__The data__.
»»
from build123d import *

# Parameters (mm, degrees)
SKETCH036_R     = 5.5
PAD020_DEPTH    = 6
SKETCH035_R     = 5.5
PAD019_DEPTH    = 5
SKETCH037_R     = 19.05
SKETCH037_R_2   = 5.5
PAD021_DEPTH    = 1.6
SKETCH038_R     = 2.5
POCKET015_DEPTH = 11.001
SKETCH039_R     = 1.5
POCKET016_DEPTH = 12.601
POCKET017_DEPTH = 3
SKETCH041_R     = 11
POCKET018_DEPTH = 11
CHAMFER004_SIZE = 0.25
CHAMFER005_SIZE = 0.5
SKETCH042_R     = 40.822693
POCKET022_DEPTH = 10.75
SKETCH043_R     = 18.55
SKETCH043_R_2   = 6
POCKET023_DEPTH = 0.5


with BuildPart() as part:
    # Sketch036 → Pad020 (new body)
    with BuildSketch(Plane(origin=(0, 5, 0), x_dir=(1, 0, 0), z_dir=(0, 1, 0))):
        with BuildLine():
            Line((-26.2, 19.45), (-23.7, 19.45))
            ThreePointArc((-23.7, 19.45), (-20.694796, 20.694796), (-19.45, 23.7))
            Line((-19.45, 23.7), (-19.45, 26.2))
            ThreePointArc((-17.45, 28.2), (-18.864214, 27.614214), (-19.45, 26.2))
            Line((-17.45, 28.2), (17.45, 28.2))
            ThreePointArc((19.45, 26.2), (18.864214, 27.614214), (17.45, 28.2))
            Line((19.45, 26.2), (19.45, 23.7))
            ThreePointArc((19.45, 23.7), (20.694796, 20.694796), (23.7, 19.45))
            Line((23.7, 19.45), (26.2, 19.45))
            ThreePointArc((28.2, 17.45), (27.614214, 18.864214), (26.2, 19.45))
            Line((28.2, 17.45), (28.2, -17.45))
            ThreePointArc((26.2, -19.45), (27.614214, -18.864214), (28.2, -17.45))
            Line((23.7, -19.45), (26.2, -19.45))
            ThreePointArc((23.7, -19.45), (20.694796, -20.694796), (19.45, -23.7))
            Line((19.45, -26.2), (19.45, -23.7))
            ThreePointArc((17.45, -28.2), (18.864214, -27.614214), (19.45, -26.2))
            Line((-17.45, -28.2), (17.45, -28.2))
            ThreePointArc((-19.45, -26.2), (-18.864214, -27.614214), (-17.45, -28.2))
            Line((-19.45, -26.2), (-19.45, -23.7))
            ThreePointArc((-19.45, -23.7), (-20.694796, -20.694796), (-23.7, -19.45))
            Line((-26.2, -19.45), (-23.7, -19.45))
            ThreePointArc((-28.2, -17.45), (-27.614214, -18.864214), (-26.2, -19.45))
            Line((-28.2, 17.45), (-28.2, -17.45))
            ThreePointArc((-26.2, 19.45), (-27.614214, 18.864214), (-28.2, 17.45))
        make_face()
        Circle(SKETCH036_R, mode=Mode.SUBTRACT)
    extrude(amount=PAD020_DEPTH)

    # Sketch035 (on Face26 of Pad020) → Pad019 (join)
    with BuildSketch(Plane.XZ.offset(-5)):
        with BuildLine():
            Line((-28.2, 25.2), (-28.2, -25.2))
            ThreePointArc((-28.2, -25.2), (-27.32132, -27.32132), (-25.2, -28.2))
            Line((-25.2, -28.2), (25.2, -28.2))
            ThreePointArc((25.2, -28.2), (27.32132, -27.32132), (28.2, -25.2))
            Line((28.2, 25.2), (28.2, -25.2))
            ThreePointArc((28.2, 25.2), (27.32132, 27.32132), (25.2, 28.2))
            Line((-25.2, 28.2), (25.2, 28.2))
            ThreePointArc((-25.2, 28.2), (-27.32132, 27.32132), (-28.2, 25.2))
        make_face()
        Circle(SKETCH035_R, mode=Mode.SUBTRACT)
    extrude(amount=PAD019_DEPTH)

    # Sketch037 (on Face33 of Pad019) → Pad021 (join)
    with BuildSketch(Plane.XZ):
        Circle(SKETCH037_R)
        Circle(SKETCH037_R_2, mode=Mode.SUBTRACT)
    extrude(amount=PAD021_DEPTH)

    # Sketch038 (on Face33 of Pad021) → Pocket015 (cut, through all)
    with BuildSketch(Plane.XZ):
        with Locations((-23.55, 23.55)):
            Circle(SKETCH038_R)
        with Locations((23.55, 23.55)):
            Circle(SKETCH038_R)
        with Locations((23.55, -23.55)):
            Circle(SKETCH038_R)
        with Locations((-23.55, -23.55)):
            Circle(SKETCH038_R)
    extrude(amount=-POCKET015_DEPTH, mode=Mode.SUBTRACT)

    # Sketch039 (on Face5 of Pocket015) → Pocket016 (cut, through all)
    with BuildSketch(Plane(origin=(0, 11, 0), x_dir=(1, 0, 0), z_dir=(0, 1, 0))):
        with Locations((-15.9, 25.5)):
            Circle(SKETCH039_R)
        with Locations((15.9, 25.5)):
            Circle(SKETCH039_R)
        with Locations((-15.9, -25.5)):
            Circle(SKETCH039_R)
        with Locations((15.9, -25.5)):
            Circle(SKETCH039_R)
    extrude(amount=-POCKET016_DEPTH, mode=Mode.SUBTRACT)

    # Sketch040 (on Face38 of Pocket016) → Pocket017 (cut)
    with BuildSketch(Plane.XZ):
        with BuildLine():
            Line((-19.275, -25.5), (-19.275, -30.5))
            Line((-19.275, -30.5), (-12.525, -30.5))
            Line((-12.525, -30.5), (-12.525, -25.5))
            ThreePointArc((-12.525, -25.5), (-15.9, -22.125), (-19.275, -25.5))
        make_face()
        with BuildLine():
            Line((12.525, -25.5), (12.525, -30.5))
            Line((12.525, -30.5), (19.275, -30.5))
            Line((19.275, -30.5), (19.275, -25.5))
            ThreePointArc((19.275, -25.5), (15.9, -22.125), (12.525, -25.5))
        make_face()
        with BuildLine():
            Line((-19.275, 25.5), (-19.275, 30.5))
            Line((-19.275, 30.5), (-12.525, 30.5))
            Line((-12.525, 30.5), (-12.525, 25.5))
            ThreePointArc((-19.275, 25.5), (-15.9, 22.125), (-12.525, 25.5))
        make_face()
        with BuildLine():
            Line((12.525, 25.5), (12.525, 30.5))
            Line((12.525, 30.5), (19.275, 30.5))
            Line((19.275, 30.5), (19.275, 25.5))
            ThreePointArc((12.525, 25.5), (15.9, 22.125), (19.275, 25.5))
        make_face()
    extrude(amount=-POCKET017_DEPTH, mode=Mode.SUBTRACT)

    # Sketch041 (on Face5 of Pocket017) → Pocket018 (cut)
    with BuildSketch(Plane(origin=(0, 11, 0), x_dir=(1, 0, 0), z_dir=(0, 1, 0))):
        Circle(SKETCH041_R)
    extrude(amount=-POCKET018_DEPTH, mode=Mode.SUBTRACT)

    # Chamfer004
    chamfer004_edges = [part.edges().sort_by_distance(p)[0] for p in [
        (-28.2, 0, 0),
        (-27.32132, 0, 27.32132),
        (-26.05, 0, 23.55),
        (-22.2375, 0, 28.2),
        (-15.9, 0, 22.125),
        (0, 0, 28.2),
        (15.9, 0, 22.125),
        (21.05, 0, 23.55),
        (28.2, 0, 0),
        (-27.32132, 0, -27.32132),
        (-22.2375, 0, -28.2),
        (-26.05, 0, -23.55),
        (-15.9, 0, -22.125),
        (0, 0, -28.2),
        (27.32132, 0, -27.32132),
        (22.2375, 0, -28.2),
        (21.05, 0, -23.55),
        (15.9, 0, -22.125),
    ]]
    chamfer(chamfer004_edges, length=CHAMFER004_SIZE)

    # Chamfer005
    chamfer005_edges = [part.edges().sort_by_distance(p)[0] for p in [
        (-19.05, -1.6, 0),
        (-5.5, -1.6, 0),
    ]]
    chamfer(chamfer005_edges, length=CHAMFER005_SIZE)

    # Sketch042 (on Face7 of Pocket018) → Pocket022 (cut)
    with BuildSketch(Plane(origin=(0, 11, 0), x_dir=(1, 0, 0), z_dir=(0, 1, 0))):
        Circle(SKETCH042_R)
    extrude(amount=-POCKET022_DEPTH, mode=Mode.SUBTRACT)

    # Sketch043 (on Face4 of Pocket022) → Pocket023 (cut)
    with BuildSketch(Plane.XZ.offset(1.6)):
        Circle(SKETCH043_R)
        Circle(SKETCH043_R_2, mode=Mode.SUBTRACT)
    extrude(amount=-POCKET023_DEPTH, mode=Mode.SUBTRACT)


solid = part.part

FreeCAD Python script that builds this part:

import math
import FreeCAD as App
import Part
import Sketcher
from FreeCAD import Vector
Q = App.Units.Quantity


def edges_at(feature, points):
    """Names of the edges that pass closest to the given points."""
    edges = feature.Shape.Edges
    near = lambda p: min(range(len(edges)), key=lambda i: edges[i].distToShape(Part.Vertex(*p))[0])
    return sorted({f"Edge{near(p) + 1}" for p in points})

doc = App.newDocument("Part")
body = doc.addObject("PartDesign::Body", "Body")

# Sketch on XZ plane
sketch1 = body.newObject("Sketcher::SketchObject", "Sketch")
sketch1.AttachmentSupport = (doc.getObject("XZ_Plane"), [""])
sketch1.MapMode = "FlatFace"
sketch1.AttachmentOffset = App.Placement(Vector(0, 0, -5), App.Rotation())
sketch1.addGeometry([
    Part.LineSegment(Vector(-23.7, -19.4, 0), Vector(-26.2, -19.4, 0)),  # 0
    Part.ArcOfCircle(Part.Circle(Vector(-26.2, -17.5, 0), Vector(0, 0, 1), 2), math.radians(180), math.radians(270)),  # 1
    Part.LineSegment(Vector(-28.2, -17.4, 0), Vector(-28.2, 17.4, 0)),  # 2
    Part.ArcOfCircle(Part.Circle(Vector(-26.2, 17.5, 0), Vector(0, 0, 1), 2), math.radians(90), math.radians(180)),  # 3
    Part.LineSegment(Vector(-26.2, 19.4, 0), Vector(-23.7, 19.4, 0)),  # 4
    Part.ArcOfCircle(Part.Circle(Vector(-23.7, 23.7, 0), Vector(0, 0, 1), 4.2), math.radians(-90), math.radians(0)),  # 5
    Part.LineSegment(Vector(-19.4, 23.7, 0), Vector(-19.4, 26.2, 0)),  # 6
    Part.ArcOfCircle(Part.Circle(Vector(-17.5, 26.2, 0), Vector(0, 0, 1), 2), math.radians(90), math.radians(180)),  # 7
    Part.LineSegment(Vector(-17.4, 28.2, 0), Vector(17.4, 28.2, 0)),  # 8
««
»»
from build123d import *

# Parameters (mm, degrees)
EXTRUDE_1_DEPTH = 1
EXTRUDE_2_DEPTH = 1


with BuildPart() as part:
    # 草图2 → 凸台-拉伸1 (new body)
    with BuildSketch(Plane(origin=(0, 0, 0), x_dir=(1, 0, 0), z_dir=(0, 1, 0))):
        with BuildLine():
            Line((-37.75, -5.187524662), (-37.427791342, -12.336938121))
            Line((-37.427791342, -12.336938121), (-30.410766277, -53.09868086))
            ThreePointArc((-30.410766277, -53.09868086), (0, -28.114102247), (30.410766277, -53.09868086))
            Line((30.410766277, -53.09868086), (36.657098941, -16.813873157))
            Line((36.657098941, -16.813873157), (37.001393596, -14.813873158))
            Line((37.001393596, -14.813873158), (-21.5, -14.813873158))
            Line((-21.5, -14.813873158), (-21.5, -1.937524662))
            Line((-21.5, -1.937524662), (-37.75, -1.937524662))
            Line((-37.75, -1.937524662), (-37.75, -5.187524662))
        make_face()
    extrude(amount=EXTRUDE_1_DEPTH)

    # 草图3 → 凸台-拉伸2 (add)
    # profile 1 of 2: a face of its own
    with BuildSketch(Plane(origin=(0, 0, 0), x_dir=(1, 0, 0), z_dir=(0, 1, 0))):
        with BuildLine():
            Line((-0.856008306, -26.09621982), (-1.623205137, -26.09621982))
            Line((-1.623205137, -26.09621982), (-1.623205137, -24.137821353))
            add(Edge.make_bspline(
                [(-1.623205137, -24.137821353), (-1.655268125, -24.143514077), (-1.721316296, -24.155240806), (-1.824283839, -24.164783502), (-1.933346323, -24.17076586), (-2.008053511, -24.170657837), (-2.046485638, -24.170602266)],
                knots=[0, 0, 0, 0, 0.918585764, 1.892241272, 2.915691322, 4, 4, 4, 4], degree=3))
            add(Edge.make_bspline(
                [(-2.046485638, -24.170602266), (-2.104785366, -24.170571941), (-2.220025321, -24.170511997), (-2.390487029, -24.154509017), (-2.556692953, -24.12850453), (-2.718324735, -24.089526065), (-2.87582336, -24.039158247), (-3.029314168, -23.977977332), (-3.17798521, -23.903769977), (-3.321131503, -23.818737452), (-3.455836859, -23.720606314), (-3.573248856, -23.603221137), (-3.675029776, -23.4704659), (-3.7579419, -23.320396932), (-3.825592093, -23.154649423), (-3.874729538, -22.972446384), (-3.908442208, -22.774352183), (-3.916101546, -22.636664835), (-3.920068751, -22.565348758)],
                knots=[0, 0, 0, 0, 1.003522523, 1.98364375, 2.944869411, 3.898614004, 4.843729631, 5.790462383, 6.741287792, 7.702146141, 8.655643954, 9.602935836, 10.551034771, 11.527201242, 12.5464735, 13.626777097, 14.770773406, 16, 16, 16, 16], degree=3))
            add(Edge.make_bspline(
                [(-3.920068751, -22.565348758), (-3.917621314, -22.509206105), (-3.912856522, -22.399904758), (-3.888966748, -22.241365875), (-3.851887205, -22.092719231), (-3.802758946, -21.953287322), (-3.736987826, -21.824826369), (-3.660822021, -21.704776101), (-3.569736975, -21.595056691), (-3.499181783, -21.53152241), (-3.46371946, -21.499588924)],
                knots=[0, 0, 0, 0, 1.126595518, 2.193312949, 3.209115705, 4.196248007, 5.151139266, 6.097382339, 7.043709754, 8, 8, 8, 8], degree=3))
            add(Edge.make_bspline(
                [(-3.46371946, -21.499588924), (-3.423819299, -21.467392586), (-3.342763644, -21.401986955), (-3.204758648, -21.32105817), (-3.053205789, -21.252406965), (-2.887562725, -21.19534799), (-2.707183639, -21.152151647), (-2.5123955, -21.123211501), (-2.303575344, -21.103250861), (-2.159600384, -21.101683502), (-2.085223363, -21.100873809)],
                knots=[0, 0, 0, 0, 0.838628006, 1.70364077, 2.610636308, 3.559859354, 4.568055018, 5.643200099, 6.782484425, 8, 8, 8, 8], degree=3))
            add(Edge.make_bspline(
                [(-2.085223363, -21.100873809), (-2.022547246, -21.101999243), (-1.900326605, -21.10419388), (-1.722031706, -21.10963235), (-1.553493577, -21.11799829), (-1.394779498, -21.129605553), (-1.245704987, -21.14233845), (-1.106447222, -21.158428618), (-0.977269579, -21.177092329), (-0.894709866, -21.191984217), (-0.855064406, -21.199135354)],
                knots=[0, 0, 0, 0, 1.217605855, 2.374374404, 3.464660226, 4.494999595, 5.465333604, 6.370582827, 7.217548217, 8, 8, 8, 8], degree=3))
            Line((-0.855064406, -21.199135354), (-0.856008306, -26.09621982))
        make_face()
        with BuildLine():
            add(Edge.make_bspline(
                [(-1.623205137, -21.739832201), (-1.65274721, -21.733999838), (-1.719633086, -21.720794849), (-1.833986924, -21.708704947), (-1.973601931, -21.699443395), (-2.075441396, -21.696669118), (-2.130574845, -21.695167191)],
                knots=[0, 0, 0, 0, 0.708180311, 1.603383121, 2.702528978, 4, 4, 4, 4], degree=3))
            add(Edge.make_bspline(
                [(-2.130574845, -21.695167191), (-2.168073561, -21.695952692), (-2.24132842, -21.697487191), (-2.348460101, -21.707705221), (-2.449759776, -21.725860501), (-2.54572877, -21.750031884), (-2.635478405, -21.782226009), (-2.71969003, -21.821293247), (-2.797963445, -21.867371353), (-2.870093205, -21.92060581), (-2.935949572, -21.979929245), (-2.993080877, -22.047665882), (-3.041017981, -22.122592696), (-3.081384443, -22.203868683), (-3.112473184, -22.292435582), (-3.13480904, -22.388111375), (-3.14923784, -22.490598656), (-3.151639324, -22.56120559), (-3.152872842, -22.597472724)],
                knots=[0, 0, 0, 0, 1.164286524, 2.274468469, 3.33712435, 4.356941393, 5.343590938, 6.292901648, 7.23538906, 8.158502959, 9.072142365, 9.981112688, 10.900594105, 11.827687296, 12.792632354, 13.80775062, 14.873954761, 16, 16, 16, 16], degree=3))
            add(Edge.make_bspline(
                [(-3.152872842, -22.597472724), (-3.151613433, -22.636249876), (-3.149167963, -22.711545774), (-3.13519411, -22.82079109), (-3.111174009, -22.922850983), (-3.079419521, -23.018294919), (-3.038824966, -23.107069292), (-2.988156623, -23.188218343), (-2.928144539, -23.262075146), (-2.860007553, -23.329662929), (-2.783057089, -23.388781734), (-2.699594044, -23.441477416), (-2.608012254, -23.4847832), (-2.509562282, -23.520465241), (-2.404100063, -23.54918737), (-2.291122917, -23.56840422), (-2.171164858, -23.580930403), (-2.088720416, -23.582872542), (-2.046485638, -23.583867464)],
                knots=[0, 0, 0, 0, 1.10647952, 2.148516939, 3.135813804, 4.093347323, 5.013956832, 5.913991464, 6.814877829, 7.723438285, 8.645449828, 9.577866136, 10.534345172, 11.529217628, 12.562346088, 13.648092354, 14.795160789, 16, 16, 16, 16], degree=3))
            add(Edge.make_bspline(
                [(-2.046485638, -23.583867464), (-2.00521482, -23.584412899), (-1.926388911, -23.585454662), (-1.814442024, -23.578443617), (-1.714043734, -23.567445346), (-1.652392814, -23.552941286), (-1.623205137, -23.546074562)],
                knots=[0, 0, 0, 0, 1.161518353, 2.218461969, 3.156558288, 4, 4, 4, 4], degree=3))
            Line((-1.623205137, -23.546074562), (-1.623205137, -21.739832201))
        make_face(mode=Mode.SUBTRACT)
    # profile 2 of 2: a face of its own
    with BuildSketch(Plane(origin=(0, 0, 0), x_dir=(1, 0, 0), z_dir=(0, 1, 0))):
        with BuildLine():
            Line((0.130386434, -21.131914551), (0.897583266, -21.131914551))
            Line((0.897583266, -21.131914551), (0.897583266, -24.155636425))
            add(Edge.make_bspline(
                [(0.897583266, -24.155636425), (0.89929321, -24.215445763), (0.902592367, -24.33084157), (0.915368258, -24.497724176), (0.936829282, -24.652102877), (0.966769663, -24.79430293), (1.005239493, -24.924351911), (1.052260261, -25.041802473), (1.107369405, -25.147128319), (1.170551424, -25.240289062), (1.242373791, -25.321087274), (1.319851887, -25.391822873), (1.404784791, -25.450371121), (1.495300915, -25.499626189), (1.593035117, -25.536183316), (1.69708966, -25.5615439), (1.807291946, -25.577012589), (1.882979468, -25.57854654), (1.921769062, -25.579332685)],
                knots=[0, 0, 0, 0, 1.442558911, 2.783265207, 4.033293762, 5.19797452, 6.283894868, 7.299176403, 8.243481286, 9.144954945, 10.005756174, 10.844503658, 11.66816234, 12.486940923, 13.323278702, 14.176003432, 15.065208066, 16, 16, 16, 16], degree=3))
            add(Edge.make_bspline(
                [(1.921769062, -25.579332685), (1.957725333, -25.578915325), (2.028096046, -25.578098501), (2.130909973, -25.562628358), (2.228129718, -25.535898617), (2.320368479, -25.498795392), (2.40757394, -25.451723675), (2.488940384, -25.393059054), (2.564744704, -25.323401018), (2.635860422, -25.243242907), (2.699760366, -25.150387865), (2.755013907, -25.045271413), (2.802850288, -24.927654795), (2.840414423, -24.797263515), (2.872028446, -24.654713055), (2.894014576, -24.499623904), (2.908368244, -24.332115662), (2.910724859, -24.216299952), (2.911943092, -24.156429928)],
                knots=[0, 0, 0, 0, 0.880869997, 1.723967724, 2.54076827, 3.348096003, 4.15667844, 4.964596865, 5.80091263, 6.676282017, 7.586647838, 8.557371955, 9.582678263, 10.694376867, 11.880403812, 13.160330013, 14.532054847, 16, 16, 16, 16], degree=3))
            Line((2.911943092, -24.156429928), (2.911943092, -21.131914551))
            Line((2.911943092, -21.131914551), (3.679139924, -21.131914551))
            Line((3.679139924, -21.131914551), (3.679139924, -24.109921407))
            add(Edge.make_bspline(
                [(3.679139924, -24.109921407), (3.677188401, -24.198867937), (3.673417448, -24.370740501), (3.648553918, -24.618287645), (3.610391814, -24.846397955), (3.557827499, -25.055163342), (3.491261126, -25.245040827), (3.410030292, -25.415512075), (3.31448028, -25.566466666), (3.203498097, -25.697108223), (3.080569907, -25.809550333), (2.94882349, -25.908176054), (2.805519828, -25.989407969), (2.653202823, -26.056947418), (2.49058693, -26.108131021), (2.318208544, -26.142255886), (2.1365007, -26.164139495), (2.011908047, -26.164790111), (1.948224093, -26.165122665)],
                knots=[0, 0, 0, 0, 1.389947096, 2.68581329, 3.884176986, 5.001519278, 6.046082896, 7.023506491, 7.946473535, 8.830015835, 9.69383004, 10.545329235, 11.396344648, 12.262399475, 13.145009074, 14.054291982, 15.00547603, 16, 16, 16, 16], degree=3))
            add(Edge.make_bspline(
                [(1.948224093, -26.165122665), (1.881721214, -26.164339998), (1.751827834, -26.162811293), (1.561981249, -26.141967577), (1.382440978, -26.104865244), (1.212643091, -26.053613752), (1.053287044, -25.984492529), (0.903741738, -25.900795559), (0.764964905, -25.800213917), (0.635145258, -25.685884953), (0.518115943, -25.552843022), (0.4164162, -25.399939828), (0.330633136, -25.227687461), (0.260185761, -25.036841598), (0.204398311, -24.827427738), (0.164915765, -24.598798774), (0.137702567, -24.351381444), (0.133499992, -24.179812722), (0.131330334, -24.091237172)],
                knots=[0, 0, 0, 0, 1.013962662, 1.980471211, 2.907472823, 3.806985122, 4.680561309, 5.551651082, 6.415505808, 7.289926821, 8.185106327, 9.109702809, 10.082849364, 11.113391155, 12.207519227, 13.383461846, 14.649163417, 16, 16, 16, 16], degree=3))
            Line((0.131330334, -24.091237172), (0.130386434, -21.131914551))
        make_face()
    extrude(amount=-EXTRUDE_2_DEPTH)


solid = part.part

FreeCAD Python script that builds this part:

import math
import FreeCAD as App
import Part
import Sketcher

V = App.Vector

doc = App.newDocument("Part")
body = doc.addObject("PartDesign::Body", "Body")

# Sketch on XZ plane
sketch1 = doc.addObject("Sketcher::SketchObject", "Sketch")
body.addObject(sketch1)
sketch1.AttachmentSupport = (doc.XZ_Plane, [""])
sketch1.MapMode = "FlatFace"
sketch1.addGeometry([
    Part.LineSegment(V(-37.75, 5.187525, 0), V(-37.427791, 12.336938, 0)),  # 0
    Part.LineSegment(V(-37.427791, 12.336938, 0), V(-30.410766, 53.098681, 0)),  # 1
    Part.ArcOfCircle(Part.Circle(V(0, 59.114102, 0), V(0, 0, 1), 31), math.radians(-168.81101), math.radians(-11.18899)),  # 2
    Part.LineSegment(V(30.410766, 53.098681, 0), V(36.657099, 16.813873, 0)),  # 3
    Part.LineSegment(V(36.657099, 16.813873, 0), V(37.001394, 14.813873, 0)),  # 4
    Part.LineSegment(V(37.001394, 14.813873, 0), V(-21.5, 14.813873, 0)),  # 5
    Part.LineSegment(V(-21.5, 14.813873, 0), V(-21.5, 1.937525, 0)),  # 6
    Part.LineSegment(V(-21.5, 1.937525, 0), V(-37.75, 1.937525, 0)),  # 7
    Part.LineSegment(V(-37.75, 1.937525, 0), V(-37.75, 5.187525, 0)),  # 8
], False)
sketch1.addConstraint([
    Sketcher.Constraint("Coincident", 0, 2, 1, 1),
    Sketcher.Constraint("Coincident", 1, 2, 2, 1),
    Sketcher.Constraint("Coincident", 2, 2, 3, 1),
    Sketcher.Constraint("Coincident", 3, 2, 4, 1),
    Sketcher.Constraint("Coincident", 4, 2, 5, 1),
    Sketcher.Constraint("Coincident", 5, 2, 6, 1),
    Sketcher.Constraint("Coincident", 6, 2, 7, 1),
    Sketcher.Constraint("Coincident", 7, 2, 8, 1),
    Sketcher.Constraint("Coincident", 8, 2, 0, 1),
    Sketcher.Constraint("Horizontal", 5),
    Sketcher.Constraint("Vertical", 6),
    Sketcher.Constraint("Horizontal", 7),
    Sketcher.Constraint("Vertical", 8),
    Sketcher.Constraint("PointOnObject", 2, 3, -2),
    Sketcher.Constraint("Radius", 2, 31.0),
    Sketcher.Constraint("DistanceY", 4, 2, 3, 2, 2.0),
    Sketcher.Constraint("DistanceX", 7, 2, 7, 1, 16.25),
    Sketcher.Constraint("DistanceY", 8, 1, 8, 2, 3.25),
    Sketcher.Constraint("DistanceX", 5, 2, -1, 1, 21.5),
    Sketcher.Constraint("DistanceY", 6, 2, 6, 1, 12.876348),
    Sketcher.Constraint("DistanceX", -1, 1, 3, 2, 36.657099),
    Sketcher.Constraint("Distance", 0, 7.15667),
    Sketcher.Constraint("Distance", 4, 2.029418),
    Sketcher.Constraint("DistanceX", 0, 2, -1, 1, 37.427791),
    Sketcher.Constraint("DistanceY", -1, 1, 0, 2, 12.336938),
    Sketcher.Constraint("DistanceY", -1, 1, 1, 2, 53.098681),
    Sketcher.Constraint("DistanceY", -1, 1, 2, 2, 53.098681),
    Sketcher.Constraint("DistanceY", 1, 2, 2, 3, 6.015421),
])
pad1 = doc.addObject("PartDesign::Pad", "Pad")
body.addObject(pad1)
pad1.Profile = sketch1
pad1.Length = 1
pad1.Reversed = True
««
__To do__. Above are the lines; repeat exactly the ones from the line containing "Line((28.2, 25.2), (28.2, -25.2))" down to the line containing "Circle(SKETCH037_R)", both inclusive.

__Your solution__.
            Line((28.2, 25.2), (28.2, -25.2))
            ThreePointArc((28.2, 25.2), (27.32132, 27.32132), (25.2, 28.2))
            Line((-25.2, 28.2), (25.2, 28.2))
            ThreePointArc((-25.2, 28.2), (-27.32132, 27.32132), (-28.2, 25.2))
        make_face()
        Circle(SKETCH035_R, mode=Mode.SUBTRACT)
    extrude(amount=PAD019_DEPTH)

    # Sketch037 (on Face33 of Pad019) → Pad021 (join)
    with BuildSketch(Plane.XZ):
        Circle(SKETCH037_R)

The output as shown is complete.